Your task:
Determine how many lines in the material below contain the word "mode", and give that number without comment.

Material provided:
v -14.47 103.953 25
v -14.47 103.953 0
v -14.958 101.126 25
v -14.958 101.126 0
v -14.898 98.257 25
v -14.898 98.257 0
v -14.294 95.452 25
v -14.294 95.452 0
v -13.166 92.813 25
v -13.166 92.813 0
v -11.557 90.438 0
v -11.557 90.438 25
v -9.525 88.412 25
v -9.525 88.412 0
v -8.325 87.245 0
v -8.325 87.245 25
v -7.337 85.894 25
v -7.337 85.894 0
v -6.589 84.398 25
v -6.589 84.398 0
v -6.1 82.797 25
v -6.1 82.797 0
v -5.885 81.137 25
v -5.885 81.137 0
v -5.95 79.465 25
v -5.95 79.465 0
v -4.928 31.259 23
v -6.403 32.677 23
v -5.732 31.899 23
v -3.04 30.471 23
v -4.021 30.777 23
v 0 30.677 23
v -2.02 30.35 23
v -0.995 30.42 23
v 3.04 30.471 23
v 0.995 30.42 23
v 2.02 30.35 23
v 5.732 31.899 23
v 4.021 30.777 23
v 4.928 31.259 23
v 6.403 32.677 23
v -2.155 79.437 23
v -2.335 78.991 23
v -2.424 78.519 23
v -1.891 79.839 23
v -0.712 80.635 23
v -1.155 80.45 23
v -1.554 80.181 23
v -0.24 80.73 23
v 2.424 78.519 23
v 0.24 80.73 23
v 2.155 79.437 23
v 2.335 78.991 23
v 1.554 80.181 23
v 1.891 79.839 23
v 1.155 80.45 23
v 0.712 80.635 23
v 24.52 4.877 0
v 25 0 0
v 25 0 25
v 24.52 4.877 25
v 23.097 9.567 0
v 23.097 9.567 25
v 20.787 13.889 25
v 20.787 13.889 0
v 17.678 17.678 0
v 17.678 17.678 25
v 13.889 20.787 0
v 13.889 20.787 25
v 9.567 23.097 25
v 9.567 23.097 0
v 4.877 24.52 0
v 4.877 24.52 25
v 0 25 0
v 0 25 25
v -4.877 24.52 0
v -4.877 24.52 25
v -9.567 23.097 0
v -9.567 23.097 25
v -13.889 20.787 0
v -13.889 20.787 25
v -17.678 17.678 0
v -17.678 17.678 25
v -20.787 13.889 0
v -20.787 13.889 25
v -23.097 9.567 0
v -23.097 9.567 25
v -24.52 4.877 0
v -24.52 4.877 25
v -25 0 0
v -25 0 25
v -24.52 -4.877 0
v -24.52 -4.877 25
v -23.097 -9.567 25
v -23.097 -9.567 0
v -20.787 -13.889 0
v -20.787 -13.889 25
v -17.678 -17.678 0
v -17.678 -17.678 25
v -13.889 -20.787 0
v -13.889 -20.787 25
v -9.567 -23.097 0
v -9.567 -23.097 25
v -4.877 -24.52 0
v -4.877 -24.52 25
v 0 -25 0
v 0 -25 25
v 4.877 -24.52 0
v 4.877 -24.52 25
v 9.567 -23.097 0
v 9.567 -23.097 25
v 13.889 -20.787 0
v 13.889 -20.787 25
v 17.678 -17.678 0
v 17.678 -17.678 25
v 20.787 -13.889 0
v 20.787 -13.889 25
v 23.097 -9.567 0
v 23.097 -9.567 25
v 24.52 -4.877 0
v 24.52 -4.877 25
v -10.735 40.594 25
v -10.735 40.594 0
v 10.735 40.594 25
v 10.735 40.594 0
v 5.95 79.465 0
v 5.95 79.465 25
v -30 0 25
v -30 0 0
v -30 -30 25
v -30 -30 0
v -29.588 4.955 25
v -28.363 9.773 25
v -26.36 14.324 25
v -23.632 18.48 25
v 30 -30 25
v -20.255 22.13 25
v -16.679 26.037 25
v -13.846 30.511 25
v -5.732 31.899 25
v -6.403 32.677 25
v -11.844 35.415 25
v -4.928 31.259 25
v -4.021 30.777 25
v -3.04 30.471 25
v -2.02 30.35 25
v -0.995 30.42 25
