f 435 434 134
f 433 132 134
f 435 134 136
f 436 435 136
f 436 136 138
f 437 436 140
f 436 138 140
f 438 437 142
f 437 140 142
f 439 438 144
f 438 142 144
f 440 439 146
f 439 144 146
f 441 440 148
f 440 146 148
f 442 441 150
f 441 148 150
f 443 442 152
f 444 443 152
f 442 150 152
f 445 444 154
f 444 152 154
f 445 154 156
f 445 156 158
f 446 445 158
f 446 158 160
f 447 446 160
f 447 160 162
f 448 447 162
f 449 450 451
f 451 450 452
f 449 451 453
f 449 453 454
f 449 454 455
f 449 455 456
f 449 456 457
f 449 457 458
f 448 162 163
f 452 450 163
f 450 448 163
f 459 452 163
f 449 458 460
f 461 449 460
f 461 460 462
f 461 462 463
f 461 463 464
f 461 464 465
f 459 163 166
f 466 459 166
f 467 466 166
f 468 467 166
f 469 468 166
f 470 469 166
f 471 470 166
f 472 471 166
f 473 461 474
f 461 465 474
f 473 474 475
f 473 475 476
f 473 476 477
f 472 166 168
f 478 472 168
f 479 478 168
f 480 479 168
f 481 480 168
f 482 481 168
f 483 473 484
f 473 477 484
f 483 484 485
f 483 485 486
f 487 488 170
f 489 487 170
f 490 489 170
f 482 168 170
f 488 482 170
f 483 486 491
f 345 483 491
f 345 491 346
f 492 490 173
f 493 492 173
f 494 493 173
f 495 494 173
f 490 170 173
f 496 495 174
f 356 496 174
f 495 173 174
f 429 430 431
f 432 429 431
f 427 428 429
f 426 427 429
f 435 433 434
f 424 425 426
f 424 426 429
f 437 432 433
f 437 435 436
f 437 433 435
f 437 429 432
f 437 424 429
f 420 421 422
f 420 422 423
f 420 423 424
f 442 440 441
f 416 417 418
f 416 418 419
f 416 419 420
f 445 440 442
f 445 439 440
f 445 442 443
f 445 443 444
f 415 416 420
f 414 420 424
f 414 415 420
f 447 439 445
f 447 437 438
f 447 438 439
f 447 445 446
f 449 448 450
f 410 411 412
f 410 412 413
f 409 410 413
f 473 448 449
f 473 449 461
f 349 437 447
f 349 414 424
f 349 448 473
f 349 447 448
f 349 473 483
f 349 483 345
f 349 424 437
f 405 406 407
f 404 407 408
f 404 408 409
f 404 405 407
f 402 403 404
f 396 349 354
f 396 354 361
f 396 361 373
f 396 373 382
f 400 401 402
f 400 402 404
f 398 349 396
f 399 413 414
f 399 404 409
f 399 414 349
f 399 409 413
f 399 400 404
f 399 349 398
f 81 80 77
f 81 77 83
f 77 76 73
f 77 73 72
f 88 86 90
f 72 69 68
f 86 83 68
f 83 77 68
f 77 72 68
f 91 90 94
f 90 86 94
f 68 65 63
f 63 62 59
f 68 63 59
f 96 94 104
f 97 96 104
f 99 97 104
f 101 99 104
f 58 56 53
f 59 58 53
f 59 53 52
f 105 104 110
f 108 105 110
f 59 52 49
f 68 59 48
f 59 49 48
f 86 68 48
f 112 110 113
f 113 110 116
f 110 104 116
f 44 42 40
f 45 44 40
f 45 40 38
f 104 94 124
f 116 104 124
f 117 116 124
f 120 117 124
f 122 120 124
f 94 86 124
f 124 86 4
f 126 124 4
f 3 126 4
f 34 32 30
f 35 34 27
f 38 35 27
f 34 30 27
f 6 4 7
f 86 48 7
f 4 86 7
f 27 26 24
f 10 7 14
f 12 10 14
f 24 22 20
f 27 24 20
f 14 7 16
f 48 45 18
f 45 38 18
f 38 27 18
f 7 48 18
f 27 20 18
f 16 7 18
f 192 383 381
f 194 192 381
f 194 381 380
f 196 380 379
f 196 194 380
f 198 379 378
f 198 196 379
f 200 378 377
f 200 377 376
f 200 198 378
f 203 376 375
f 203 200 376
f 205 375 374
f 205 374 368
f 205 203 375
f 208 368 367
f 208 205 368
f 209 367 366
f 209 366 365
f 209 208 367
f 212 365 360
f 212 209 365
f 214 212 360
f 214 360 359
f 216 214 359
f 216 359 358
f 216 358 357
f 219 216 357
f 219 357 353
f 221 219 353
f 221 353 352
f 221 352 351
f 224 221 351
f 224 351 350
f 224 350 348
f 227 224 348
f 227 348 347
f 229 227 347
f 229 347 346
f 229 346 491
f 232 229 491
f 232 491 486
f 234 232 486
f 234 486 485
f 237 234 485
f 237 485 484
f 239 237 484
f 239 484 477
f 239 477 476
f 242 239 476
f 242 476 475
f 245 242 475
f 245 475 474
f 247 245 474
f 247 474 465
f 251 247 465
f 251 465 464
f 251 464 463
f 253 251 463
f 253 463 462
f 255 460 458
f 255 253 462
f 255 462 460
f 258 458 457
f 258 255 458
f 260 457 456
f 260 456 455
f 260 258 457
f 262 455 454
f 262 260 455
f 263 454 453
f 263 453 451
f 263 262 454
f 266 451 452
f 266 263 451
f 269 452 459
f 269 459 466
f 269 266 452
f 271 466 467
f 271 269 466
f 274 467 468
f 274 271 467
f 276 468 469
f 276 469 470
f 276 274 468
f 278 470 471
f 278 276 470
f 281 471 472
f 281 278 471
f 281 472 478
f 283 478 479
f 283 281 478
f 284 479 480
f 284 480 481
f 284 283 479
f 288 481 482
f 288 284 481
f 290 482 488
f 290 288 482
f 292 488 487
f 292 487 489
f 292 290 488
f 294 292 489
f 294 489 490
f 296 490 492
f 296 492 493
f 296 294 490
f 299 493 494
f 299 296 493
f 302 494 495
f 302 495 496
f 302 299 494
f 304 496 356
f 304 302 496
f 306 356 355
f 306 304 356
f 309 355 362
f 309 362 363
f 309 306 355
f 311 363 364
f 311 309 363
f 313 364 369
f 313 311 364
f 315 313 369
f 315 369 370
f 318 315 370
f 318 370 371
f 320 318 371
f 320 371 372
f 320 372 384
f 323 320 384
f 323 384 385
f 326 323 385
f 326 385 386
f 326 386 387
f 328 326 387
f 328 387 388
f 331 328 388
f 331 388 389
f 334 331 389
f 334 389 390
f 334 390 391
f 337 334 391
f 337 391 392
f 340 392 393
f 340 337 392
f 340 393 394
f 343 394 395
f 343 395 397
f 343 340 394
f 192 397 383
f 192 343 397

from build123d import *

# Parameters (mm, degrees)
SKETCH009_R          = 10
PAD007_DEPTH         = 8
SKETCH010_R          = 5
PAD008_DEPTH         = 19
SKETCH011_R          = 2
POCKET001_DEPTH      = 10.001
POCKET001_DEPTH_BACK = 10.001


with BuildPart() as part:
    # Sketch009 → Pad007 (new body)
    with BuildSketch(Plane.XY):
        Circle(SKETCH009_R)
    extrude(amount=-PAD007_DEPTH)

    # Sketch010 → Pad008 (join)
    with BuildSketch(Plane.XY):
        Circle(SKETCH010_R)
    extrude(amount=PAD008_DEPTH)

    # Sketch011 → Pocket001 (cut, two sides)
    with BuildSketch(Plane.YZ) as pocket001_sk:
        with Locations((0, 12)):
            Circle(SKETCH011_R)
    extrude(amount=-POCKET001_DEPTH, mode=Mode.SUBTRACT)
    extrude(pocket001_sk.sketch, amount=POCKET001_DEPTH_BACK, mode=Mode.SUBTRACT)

Output:
2